Biosynthesis and Characterization of Poly(3-hydroxybutyrate-co-3- hydroxyhexanoate) from Palm Oil Products in a Wautersia eutropha Mutant

Palm kernel oil, palm olein, crude palm oil and palm acid oil were used for the synthesis of poly (3-hydroxybutyrate-co-3-hydroxyhexanoate) [P(3HB-co-3HHx)] by a mutant strain of Wautersia eutropha (formerly Ralstonia eutropha) harboring the Aeromonas caviae polyhydroxyalkanoate (PHA) synthase gene. Palm kernel oil was an excellent carbon source for the production of cell biomass and P(3HB-co-3HHx). About 87% (w/w) of the cell dry weight as P(3HB-co-3HHx) was obtained using 5 g palm kernel oil/l. Gravimetric and microscopic analyses further confirmed the high PHA content in the recombinant cells. The molar fraction of 3HHx remained constant at 5 mol % regardless of the type and concentration of palm oil products used. The small amount of 3HHx units was confirmed by 13C NMR analysis. The number average molecular weight (M(n)) of the PHA copolymer produced from the various palm oil products ranged from 27 0000 to 46 0000 Da. The polydispersity was in the range of 2.6-3.9.

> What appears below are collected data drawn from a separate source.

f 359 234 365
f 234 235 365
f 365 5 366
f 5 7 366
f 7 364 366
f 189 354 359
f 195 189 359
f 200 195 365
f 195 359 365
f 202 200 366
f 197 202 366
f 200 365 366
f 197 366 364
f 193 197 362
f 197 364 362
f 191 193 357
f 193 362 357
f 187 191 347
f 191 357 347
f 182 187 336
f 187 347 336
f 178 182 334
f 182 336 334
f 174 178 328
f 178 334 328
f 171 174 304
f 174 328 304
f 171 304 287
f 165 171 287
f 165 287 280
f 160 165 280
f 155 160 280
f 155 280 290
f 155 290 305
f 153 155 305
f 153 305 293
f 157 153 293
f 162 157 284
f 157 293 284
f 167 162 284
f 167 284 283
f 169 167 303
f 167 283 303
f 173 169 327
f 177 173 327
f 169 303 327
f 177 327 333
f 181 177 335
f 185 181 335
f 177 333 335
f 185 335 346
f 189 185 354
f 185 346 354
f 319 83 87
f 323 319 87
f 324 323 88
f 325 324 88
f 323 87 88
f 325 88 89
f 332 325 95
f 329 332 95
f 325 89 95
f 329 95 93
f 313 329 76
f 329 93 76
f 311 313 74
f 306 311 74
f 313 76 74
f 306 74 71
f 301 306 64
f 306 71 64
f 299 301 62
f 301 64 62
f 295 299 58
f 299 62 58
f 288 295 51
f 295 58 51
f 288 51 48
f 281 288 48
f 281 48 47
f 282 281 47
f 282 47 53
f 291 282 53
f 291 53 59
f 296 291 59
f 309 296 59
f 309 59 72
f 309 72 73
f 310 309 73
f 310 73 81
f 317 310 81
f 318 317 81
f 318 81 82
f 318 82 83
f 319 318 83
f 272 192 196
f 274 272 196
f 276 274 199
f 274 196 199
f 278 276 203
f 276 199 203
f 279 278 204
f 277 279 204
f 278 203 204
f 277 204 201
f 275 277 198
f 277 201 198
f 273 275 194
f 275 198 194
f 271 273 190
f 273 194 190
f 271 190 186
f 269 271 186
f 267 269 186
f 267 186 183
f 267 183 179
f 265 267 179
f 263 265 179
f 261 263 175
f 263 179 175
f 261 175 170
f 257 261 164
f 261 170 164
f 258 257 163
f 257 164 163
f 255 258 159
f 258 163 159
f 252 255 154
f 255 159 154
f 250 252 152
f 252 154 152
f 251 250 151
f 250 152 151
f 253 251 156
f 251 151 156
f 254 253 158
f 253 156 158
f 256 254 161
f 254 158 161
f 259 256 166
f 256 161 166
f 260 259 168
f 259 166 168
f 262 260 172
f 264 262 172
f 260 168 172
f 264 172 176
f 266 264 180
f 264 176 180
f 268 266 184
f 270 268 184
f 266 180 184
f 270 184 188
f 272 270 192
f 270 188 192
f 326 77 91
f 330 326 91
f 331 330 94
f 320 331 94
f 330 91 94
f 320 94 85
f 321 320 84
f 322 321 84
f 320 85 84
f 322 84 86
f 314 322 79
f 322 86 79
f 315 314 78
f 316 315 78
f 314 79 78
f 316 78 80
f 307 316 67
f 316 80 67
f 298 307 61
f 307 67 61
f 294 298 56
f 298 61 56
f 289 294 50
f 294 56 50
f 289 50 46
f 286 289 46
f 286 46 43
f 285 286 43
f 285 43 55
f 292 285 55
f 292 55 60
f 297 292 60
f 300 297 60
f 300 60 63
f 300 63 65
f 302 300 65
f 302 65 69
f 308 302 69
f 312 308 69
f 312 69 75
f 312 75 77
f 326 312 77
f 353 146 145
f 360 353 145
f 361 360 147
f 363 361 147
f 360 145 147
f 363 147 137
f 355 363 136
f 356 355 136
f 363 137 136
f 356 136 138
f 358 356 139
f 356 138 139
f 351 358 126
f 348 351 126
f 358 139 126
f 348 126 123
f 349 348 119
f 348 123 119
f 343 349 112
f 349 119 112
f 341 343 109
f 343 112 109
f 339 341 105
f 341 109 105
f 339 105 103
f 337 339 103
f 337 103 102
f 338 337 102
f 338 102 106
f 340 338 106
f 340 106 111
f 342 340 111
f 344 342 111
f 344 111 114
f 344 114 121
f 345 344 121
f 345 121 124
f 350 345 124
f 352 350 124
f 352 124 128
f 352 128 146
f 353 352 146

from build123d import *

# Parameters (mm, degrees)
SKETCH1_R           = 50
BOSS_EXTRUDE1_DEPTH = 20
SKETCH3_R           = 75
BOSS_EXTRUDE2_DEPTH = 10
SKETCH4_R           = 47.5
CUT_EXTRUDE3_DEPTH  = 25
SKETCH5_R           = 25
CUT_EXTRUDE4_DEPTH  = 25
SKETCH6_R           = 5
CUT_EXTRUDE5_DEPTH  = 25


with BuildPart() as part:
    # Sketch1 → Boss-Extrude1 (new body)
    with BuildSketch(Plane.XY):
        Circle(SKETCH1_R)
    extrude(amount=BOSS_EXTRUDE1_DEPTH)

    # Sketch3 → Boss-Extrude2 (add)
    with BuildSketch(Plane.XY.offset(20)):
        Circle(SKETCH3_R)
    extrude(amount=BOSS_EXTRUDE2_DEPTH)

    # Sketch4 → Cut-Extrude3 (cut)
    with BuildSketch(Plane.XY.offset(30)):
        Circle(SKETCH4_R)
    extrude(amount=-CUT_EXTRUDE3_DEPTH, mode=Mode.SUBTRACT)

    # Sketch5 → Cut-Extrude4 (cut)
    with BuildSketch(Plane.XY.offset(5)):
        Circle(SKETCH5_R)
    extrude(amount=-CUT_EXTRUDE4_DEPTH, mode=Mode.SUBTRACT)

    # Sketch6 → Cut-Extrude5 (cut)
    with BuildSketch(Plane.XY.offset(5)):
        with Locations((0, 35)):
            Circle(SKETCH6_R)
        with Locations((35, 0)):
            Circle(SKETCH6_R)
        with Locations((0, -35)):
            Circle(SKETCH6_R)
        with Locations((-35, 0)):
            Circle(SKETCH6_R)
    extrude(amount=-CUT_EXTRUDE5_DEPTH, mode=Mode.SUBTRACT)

High-Efficiency Production of Bioplastics from Biodegradable Organic Solids

Microbial polyhydroxyalkanoates (PHAs) have been extensively studied as environmentally friendly biodegradable thermoplastics. The major obstacle to wide acceptance of PHAs is their high price, mainly attributed to the costs of raw materials and polymer recovery. A large amount of organic solids are discarded from food production and consumption and may be used as carbonaceous raw materials for production of PHAs. A novel technology was investigated at bench-top scale to produce PHAs from food scraps. The harvested cell mass had a high PHA content (72.6% of dry cell mass), the same as obtained from pure glucose and organic acids. The organic solid was first digested in an acidogenic reactor in which about 60% solid was converted to fermentative products, including short-chain fatty acids. The four major acids were acetic, propionic, butyric, and lactic acids at concentrations of 6, 2, 27, and 33 g/L, respectively. The acids were transported through a membrane barrier via molecular diffusion to an airlift bioreactor, where the acids were utilized by an enriched culture of Ralstonia eutropha for PHA synthesis. Purification of fermentative acids was not performed in this molecular diffusion–based integration of acidogenesis and polymerization. By using a dialysis membrane as the barrier, the dry cell mass concentration and PHA content reached 22.7 g/L and 72.6%, respectively. The PHA was a copolymer of poly (3-hydroxybutyrate-co-3-hydroxyvalerate) (PHBV) with 2.8 mole % of hydroxyvalerate.